LG heart rate monitoring earphones: Gadget Watch

LG heart rate monitoring earphones: Gadget Watch

Right now, wearable devices are one of the biggest emerging trends in the tech industry.

A key niche for these devices is among gym-goers and fitness buffs who want to feed their health information and data such as their heart rate into their smartphone or tablet for monitoring.

Overwhelmingly, these devices have been created either as low-end standalone fitness wristbands, or high-end Android Wear smartwatches that also display notifications and take calls.

Of course, since many gym-goers already listen to music during their workout, why not use their earphones to also measure their pulse?

That’s the logic behind LG’s latest mobile accessory, the heart rate monitoring earphones.

Like many new gadgets, this raises a question: Is it actually a good idea?

Hardware and features

There are two key parts of this device. The first is a special set of earphones, with a blood flow monitor in the right ear.

The second is a matchbox-sized clip-on Bluetooth box the earpiece connects to.

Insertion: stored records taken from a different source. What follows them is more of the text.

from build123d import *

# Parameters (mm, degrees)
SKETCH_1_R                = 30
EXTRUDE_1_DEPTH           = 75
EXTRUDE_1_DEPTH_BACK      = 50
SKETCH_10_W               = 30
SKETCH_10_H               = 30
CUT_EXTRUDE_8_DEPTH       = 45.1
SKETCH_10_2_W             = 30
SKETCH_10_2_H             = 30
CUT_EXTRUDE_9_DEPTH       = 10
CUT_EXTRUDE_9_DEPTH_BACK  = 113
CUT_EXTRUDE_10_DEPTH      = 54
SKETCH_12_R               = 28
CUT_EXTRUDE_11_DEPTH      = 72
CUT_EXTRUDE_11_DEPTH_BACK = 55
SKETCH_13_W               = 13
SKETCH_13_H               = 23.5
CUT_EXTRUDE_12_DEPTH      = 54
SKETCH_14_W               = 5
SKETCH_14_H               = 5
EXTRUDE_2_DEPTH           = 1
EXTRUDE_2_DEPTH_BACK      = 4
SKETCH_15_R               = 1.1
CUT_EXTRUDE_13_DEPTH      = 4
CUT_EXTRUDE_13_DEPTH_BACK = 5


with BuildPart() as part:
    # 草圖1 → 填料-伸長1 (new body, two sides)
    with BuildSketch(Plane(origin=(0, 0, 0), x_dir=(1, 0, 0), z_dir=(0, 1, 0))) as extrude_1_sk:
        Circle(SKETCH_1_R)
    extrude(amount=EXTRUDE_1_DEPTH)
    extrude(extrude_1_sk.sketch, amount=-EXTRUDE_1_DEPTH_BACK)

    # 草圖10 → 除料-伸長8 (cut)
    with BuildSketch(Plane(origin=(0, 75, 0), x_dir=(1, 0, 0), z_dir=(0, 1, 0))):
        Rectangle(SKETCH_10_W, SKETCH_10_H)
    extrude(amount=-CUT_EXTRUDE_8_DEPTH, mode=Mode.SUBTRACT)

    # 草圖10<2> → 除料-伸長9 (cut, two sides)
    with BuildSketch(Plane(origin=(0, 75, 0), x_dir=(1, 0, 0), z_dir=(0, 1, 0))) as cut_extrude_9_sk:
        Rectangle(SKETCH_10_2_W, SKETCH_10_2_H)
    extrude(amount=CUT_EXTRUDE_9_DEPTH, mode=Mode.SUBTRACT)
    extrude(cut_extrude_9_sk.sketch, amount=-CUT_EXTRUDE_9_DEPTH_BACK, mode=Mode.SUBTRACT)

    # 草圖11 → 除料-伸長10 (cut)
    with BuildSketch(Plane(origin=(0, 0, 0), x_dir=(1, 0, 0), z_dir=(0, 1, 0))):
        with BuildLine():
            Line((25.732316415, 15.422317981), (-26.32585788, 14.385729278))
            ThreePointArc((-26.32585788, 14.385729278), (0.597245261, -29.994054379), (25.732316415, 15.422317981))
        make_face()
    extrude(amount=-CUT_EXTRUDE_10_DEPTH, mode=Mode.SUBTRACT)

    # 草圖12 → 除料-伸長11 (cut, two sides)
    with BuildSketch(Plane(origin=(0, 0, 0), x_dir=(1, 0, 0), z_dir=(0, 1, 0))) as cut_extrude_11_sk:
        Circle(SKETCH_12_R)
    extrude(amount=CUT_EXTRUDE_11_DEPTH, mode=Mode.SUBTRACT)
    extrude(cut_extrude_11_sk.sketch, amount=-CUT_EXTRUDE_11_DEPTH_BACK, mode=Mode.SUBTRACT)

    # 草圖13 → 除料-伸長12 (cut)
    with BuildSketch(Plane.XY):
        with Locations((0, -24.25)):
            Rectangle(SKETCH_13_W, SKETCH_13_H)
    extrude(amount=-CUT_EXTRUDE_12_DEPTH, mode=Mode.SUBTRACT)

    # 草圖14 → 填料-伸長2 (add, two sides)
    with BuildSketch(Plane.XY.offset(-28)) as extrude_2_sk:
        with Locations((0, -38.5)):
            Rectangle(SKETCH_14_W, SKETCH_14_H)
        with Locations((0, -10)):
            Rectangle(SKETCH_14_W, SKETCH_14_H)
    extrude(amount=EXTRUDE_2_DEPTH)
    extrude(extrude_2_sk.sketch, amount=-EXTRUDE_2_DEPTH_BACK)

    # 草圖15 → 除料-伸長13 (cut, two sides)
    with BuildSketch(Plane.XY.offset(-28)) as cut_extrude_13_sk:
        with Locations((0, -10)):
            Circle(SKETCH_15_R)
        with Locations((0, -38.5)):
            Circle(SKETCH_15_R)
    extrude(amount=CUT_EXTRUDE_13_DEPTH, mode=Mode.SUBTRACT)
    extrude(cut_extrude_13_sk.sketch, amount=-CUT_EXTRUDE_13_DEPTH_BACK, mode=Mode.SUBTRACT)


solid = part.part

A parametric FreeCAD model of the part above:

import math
import FreeCAD as App
import Part
import Sketcher


def add_polygon(sketch, points):
    """Adds a closed chain of lines whose ends are joined by coincident constraints."""
    first, n = sketch.GeometryCount, len(points)
    for a, b in zip(points, points[1:] + points[:1]):
        sketch.addGeometry(Part.LineSegment(App.Vector(*a, 0), App.Vector(*b, 0)), False)
    for i in range(n):
        sketch.addConstraint(Sketcher.Constraint("Coincident", first + i, 2, first + (i + 1) % n, 1))

doc = App.newDocument("Part")
params = doc.addObject("Spreadsheet::Sheet", "Params")
for row, (alias, value) in enumerate([
    ("sketch1_diameter", "60 mm"),
    ("pad1_length", "75 mm"),
    ("pad1_length2", "50 mm"),
    ("sketch2_width", "30 mm"),
    ("pocket1_length", "45.1 mm"),
    ("sketch3_width", "30 mm"),
    ("pocket2_length", "10 mm"),
    ("pocket2_length2", "113 mm"),
    ("sketch4_radius", "30 mm"),
    ("pocket3_length", "54 mm"),
    ("sketch5_diameter", "56 mm"),
    ("pocket4_length", "72 mm"),
    ("pocket4_length2", "55 mm"),
    ("sketch6_width", "13 mm"),
    ("sketch6_height", "23.5 mm"),
    ("pocket5_length", "54 mm"),
    ("sketch7_width", "5 mm"),
    ("pad2_length", "1 mm"),
    ("pad2_length2", "4 mm"),
    ("sketch8_diameter", "2.2 mm"),
], start=1):
    params.set(f"A{row}", alias)
    params.set(f"B{row}", "=" + value)
    params.setAlias(f"B{row}", alias)

body = doc.addObject("PartDesign::Body", "Body")

sketch1 = body.newObject("Sketcher::SketchObject", "Sketch")
sketch1.AttachmentSupport = (doc.getObject("XZ_Plane"), [""])
sketch1.MapMode = "FlatFace"
sketch1.addGeometry(Part.Circle(App.Vector(0, 0, 0), App.Vector(0, 0, 1), 30), False)
sketch1.addConstraint([
    Sketcher.Constraint("Coincident", 0, 3, -1, 1),
    Sketcher.Constraint("Diameter", 0, 60.0),
])
sketch1.setExpression("Constraints[1]", "Params.sketch1_diameter")
pad1 = body.newObject("PartDesign::Pad", "Pad")
pad1.Profile = sketch1
pad1.Type = "TwoLengths"
pad1.setExpression("Length", "Params.pad1_length")
pad1.setExpression("Length2", "Params.pad1_length2")
pad1.Reversed = True

sketch2 = body.newObject("Sketcher::SketchObject", "Sketch001")
sketch2.AttachmentSupport = (doc.getObject("XZ_Plane"), [""])
sketch2.MapMode = "FlatFace"
sketch2.AttachmentOffset = App.Placement(App.Vector(0, 0, -75), App.Rotation())
add_polygon(sketch2, [(-15, -15), (-15, 15), (15, 15), (15, -15)])
sketch2.addConstraint([
    Sketcher.Constraint("Vertical", 0),
    Sketcher.Constraint("Horizontal", 1),
    Sketcher.Constraint("Vertical", 2),
    Sketcher.Constraint("Horizontal", 3),
    Sketcher.Constraint("Symmetric", 0, 2, 2, 2, -1, 1),
    Sketcher.Constraint("Equal", 3, 0),
    Sketcher.Constraint("DistanceX", 1, 1, 1, 2, 30.0),
])
sketch2.setExpression("Constraints[10]", "Params.sketch2_width")
pocket1 = body.newObject("PartDesign::Pocket", "Pocket")
pocket1.Profile = sketch2
pocket1.setExpression("Length", "Params.pocket1_length")
pocket1.Reversed = True

sketch3 = body.newObject("Sketcher::SketchObject", "Sketch002")
sketch3.AttachmentSupport = (doc.getObject("XZ_Plane"), [""])
sketch3.MapMode = "FlatFace"
sketch3.AttachmentOffset = App.Placement(App.Vector(0, 0, -75), App.Rotation())
add_polygon(sketch3, [(-15, -15), (-15, 15), (15, 15), (15, -15)])
sketch3.addConstraint([
    Sketcher.Constraint("Vertical", 0),
    Sketcher.Constraint("Horizontal", 1),
    Sketcher.Constraint("Vertical", 2),
    Sketcher.Constraint("Horizontal", 3),
    Sketcher.Constraint("Symmetric", 0, 2, 2, 2, -1, 1),
    Sketcher.Constraint("Equal", 3, 0),
    Sketcher.Constraint("DistanceX", 1, 1, 1, 2, 30.0),
])
sketch3.setExpression("Constraints[10]", "Params.sketch3_width")
pocket2 = body.newObject("PartDesign::Pocket", "Pocket001")
pocket2.Profile = sketch3
pocket2.Type = "TwoLengths"
pocket2.setExpression("Length", "Params.pocket2_length")
pocket2.setExpression("Length2", "Params.pocket2_length2")

sketch4 = body.newObject("Sketcher::SketchObject", "Sketch003")
sketch4.AttachmentSupport = (doc.getObject("XZ_Plane"), [""])
sketch4.MapMode = "FlatFace"
sketch4.addGeometry([
    Part.LineSegment(App.Vector(26, -15, 0), App.Vector(-26, -14, 0)),
    Part.ArcOfCircle(Part.Circle(App.Vector(0, 0, 0), App.Vector(0, 0, 1), 30), math.radians(-31), math.radians(209)),
], False)
sketch4.addConstraint([
    Sketcher.Constraint("Coincident", 0, 1, 1, 1),
    Sketcher.Constraint("Coincident", 1, 2, 0, 2),
    Sketcher.Constraint("Coincident", 1, 3, -1, 1),
    Sketcher.Constraint("Radius", 1, 30.0),
    Sketcher.Constraint("DistanceY", 1, 2, -1, 1, 14.385729),
    Sketcher.Constraint("DistanceY", 0, 1, 1, 2, 1.036589),
])
sketch4.setExpression("Constraints[3]", "Params.sketch4_radius")
pocket3 = body.newObject("PartDesign::Pocket", "Pocket002")
pocket3.Profile = sketch4
pocket3.setExpression("Length", "Params.pocket3_length")
pocket3.Reversed = True

sketch5 = body.newObject("Sketcher::SketchObject", "Sketch004")
sketch5.AttachmentSupport = (doc.getObject("XZ_Plane"), [""])
sketch5.MapMode = "FlatFace"
sketch5.addGeometry(Part.Circle(App.Vector(0, 0, 0), App.Vector(0, 0, 1), 28), False)
sketch5.addConstraint([
    Sketcher.Constraint("Coincident", 0, 3, -1, 1),
    Sketcher.Constraint("Diameter", 0, 56.0),
])
sketch5.setExpression("Constraints[1]", "Params.sketch5_diameter")
pocket4 = body.newObject("PartDesign::Pocket", "Pocket003")
pocket4.Profile = sketch5
pocket4.Type = "TwoLengths"
pocket4.setExpression("Length", "Params.pocket4_length")
pocket4.setExpression("Length2", "Params.pocket4_length2")

sketch6 = body.newObject("Sketcher::SketchObject", "Sketch005")
sketch6.AttachmentSupport = (doc.getObject("XY_Plane"), [""])
sketch6.MapMode = "FlatFace"
add_polygon(sketch6, [(-6, -12), (-6, -36), (6, -36), (6, -12)])
sketch6.addConstraint([
    Sketcher.Constraint("Vertical", 0),
    Sketcher.Constraint("Horizontal", 1),
    Sketcher.Constraint("Vertical", 2),
    Sketcher.Constraint("Horizontal", 3),
    Sketcher.Constraint("DistanceX", 1, 1, 1, 2, 13.0),
    Sketcher.Constraint("DistanceY", 0, 2, 0, 1, 23.5),
    Sketcher.Constraint("DistanceY", 0, 2, -1, 1, 36.0),
    Sketcher.Constraint("DistanceX", 0, 2, -1, 1, 6.5),
])
sketch6.setExpression("Constraints[8]", "Params.sketch6_width")
sketch6.setExpression("Constraints[9]", "Params.sketch6_height")
pocket5 = body.newObject("PartDesign::Pocket", "Pocket004")
pocket5.Profile = sketch6
pocket5.setExpression("Length", "Params.pocket5_length")

sketch7 = body.newObject("Sketcher::SketchObject", "Sketch006")
sketch7.AttachmentSupport = (doc.getObject("XY_Plane"), [""])
sketch7.MapMode = "FlatFace"
sketch7.AttachmentOffset = App.Placement(App.Vector(0, 0, -28), App.Rotation())
add_polygon(sketch7, [(-2, -36), (-2, -41), (2, -41), (2, -36)])
add_polygon(sketch7, [(-2, -8), (-2, -12), (2, -12), (2, -8)])
sketch7.addConstraint([
    Sketcher.Constraint("Vertical", 0),
    Sketcher.Constraint("Horizontal", 1),
    Sketcher.Constraint("Vertical", 2),
    Sketcher.Constraint("Horizontal", 3),
    Sketcher.Constraint("Vertical", 4),
    Sketcher.Constraint("Horizontal", 5),
    Sketcher.Constraint("Vertical", 6),
    Sketcher.Constraint("Horizontal", 7),
    Sketcher.Constraint("Vertical", 3, 2, 4, 2),
    Sketcher.Constraint("Vertical", 2, 2, 5, 2),
    Sketcher.Constraint("Equal", 7, 0),
    Sketcher.Constraint("Equal", 2, 4),
    Sketcher.Constraint("DistanceX", 1, 1, 1, 2, 5.0),
    Sketcher.Constraint("DistanceY", 0, 2, -1, 1, 41.0),
    Sketcher.Constraint("DistanceX", 0, 2, -1, 1, 2.5),
    Sketcher.Constraint("DistanceY", 4, 2, -1, 1, 12.5),
])
sketch7.setExpression("Constraints[20]", "Params.sketch7_width")
pad2 = body.newObject("PartDesign::Pad", "Pad001")
pad2.Profile = sketch7
pad2.Type = "TwoLengths"
pad2.setExpression("Length", "Params.pad2_length")
pad2.setExpression("Length2", "Params.pad2_length2")

sketch8 = body.newObject("Sketcher::SketchObject", "Sketch007")
sketch8.AttachmentSupport = (doc.getObject("XY_Plane"), [""])
sketch8.MapMode = "FlatFace"
sketch8.AttachmentOffset = App.Placement(App.Vector(0, 0, -28), App.Rotation())
sketch8.addGeometry([
    Part.Circle(App.Vector(0, -10, 0), App.Vector(0, 0, 1), 1.1),
    Part.Circle(App.Vector(0, -38.5, 0), App.Vector(0, 0, 1), 1.1),
], False)
sketch8.addConstraint([
    Sketcher.Constraint("Equal", 0, 1),
    Sketcher.Constraint("PointOnObject", 0, 3, -2),
    Sketcher.Constraint("PointOnObject", 1, 3, -2),
    Sketcher.Constraint("Diameter", 0, 2.2),
    Sketcher.Constraint("DistanceY", 0, 3, -1, 1, 10.0),
    Sketcher.Constraint("DistanceY", 1, 3, -1, 1, 38.5),
])
sketch8.setExpression("Constraints[3]", "Params.sketch8_diameter")
pocket6 = body.newObject("PartDesign::Pocket", "Pocket005")
pocket6.Profile = sketch8
pocket6.Type = "ThroughAll"
pocket6.Midplane = True

doc.recompute()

On a compatible Android smartphone or iPhone, LG’s health monitoring app gathers data from the Bluetooth box.

What’s the consensus?

According to Engadget’s Mat Smith, the headphones do a good job of monitoring your pulse – but aren’t as good at playing music:

While the headphones make a pretty excellent heart rate monitor, the sound quality is distinctly trebly. Maybe my tastes tend toward Beats-style bass sound profiles, but compared to other in-ear buds, wired or wireless, these don’t pack the same audio punch. My guess is something had to be sacrificed to make space for the heart rate sensors. Worse, at substantial volume there’s a moderate degree of noise leakage. Gyms and outdoor running can often require the top volume, but move into a quieter area with other people and they’ll soon twig to your shameless workout soundtrack — the one you wouldn’t ever make public.

Jessica Van Sack from The Boston Herald questions whether the new device is good value for money, given the sound quality:

LG has started an entirely new product category by deciding to stick heart rate sensors into something you’re already likely wearing while you’re working out. These double-duty headphones are Bluetooth-enabled and connect to an accompanying LG fitness app for iOS and Android. A blood-flow sensor hides directly in the right earbud… The high price is hard to justify with less-than-stellar sound quality. And while these earbuds are hands-free, they’re not exactly wireless, with a controller that needs to be clipped to whatever clothing you’re wearing.

Over at TechHive, Jon Phillips disagrees with the bass problem. Apparently, the issue is that many users don’t push the earpieces far enough into their ears:

It turns out I wasn’t wearing the earphones correctly. You basically have to screw them into your ears, rotating them as far forward as possible in a clockwise motion. If you merely insert them into your ears, without that rotation, you’ll still get heart rate data, but none of that essential bass.

Meanwhile, Re/Code’s Lauren Goode noticed there are a few teething issues with LG’s app:

But then there’s the LG Fitness app. As I’ve written before when reviewing wearable technology products, I find the software component of these to be hugely important. If the software sucks, you could have the greatest hardware in the world and it won’t matter.

Things got weird when I went running outside. I ran my standard 2.5-mile route, and the LG Fitness app would record this as three miles or more… Another small annoyance: During the sign-up process I accidentally saved my gender as “Male,” and couldn’t figure out how to change it. It turns out that if you want to change your profile info, you have to deactivate and restart your account.

Should I get one?

A big problem with “Swiss Army Knife”-style devices is they attempt to do many things, and do none of them well.

Realistically, most people would be far better off with a proper standalone wristband and a good set of earphones than a single device that fulfils both functions poorly.